▼

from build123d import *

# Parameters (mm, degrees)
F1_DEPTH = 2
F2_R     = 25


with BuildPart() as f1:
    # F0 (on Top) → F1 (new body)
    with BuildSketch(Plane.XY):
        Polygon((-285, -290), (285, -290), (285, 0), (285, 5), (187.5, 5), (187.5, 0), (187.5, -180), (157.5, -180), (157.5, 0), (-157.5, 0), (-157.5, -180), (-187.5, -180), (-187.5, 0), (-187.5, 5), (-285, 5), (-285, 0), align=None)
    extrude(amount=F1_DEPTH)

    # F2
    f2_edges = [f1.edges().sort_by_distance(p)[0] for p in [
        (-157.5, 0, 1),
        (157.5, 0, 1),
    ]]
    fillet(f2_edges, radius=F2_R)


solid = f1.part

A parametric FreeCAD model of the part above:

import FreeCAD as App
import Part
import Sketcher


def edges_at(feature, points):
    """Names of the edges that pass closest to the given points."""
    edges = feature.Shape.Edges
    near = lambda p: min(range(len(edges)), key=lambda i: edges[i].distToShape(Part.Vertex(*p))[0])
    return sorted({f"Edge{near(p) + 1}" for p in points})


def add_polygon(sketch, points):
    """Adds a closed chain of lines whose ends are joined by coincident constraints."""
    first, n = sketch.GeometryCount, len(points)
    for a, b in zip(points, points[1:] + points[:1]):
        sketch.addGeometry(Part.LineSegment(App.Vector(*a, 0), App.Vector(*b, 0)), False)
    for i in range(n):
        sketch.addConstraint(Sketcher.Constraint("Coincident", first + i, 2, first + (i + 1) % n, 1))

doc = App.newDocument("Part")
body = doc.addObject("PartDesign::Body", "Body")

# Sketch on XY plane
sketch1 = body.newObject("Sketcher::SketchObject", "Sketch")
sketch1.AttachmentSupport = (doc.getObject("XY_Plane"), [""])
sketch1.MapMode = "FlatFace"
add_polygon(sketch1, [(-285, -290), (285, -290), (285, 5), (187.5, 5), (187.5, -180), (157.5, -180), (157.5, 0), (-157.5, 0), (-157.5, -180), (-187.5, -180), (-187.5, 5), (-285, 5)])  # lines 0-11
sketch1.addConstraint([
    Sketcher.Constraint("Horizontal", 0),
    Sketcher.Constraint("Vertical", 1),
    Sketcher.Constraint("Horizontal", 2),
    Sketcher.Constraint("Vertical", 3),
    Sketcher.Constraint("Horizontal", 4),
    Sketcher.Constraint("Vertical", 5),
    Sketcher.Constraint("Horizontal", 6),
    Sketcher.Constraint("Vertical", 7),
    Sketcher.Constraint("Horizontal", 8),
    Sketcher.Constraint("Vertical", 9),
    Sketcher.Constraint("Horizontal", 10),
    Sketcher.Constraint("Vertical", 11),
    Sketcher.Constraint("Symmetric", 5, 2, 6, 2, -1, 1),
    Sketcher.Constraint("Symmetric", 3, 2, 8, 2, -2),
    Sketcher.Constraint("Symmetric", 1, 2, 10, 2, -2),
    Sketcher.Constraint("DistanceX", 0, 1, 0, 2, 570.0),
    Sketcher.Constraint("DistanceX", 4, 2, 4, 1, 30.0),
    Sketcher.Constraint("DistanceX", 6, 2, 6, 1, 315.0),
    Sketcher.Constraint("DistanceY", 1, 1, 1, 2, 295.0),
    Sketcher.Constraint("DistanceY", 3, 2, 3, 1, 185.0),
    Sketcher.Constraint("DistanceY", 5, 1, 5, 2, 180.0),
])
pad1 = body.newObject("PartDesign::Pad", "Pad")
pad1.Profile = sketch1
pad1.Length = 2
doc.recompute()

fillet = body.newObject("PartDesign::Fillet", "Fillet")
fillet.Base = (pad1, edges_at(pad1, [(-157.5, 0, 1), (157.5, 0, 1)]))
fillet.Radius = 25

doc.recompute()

▲
▼

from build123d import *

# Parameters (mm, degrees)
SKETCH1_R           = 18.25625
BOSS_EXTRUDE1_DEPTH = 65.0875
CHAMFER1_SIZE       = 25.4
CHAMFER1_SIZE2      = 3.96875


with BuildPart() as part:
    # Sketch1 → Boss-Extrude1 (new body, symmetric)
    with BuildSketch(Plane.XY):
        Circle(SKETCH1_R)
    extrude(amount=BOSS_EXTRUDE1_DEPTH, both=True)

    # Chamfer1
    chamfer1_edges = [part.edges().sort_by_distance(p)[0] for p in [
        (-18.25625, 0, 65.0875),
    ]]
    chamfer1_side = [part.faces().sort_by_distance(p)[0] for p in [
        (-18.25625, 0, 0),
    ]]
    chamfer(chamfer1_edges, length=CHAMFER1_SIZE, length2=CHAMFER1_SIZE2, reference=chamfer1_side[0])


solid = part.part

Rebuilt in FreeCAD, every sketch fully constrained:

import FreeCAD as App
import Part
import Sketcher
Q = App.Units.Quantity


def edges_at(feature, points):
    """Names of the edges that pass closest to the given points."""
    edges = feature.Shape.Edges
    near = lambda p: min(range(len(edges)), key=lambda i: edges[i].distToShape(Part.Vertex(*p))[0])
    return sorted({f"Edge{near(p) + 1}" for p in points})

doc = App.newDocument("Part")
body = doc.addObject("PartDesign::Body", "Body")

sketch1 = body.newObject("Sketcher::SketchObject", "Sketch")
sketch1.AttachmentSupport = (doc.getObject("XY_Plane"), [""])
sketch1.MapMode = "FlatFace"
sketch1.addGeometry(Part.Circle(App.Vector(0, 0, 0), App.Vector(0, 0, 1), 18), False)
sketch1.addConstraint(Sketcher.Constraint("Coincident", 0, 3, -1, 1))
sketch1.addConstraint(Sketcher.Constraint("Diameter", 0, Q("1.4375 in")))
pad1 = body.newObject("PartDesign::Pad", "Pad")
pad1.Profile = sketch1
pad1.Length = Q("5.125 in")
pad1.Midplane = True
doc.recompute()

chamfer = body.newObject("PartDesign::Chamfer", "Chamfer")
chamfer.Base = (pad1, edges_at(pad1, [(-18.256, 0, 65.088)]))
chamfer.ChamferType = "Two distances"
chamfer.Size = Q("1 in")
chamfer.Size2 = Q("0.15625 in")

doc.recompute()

▲
▼

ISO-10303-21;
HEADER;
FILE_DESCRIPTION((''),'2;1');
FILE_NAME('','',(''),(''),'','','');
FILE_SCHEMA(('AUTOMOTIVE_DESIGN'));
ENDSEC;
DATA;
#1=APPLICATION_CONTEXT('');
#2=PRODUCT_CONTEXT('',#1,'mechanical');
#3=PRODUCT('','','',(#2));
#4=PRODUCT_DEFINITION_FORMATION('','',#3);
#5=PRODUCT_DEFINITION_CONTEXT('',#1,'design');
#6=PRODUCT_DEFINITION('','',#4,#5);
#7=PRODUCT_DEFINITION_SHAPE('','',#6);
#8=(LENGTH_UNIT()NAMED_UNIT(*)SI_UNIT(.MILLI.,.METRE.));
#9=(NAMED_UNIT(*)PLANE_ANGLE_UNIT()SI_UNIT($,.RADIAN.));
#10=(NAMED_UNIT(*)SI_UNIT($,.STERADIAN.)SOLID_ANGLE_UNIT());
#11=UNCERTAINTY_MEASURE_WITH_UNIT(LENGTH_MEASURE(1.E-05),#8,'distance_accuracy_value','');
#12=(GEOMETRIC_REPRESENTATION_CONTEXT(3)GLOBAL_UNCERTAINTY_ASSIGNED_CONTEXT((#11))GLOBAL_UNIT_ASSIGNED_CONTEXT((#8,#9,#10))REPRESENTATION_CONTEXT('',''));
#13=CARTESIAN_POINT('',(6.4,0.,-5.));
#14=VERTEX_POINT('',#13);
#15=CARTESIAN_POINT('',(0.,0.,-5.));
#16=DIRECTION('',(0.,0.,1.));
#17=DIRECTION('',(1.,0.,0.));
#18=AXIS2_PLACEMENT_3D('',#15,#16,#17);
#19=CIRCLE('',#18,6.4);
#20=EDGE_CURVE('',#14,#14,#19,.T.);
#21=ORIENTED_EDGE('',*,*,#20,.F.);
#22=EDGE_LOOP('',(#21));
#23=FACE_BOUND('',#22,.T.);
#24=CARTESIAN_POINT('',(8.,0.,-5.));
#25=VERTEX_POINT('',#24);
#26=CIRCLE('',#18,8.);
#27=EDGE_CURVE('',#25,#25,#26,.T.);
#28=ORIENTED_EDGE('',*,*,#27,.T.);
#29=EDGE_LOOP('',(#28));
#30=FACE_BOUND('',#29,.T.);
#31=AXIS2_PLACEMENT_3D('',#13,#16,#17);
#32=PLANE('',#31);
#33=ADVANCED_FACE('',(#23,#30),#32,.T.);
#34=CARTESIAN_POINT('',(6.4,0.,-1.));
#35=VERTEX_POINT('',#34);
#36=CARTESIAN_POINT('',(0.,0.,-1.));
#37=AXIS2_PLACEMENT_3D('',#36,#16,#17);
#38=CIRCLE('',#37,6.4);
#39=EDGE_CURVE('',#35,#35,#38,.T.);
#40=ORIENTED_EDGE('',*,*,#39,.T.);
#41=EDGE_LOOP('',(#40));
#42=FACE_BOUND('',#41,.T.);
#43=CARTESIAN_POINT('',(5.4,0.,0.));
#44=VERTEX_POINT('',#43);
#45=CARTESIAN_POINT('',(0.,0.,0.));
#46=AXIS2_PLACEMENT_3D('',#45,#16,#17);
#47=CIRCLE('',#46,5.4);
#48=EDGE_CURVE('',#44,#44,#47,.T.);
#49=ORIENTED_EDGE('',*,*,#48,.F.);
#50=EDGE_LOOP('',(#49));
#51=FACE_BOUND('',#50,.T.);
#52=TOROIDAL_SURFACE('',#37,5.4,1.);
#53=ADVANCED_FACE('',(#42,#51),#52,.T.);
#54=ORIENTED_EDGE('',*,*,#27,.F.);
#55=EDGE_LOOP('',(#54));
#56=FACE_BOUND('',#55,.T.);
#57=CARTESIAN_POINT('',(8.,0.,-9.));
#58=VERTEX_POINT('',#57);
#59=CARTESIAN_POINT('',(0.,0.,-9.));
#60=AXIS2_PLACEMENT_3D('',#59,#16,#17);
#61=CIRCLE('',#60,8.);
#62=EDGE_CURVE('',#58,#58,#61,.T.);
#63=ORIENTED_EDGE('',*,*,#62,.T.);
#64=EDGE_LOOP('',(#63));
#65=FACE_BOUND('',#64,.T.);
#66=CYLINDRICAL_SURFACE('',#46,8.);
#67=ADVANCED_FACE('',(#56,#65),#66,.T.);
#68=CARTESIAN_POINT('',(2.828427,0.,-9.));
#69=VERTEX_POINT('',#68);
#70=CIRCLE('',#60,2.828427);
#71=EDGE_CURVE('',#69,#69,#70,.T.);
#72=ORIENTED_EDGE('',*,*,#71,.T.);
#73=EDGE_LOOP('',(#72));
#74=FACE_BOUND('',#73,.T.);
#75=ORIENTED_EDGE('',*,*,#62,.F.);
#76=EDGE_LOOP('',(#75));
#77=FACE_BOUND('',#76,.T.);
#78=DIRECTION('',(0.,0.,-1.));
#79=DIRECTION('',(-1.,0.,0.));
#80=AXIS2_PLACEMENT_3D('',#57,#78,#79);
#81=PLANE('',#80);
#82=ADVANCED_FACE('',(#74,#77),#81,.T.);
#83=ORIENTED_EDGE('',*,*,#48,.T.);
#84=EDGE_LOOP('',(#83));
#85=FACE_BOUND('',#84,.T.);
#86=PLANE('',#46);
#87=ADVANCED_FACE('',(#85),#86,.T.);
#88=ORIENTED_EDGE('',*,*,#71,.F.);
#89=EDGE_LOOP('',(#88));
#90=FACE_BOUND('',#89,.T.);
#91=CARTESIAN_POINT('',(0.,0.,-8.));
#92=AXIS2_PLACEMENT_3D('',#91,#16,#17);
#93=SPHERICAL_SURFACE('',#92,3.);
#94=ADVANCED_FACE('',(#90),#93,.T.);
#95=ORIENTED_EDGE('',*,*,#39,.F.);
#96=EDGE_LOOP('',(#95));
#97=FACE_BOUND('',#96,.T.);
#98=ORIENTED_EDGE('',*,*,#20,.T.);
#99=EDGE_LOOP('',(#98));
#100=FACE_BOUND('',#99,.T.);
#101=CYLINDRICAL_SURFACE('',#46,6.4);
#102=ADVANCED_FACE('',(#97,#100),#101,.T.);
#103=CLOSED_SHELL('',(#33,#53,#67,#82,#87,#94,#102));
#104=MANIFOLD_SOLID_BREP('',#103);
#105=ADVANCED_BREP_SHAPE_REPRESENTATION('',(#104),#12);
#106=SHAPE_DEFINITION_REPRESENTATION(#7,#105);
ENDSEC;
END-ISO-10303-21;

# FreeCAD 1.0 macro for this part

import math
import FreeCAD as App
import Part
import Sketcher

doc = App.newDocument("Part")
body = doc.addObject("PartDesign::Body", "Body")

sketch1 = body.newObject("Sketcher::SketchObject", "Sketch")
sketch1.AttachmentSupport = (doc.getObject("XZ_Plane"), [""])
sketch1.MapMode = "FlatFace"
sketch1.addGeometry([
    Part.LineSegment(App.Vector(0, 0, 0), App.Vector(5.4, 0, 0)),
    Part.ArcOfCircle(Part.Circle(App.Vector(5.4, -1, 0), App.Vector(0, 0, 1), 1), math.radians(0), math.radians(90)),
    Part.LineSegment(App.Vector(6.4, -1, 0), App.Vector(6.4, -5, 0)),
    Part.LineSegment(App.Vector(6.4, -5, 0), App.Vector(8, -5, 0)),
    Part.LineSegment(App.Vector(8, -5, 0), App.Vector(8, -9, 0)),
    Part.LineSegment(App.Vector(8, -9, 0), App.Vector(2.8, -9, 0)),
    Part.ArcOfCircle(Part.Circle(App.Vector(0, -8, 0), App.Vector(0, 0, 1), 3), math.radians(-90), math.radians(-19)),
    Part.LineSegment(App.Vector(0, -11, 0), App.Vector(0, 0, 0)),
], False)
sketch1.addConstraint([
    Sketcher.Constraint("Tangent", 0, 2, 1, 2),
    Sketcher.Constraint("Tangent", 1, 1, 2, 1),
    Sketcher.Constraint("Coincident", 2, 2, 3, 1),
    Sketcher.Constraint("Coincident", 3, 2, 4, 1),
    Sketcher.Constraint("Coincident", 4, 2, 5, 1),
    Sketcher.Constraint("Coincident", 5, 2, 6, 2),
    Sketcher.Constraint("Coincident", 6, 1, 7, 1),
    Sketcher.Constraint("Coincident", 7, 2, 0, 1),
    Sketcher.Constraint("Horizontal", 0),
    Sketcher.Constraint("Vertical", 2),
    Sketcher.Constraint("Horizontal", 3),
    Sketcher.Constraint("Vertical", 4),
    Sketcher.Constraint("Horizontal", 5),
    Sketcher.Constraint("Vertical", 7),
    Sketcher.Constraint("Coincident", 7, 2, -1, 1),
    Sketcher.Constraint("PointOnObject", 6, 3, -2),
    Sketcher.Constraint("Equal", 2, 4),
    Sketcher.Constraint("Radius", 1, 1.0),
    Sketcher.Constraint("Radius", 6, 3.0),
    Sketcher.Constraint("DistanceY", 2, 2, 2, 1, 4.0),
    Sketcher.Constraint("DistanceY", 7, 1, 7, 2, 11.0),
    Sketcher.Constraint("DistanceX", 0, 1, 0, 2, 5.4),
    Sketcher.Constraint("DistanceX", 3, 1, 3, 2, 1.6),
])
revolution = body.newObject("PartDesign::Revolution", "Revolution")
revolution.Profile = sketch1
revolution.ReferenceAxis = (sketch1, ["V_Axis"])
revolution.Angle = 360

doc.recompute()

▲

◆ **WHAT IS BEING ASKED**:
In the entries above, restate word for word the lines between the one holding "f2_edges = [f1.edges().sort_by_distance(p)[0]" and the one holding "A parametric FreeCAD", inclusive, and nothing besides.

◆ **TASK OUTPUT**:
    f2_edges = [f1.edges().sort_by_distance(p)[0] for p in [
        (-157.5, 0, 1),
        (157.5, 0, 1),
    ]]
    fillet(f2_edges, radius=F2_R)


solid = f1.part

A parametric FreeCAD model of the part above:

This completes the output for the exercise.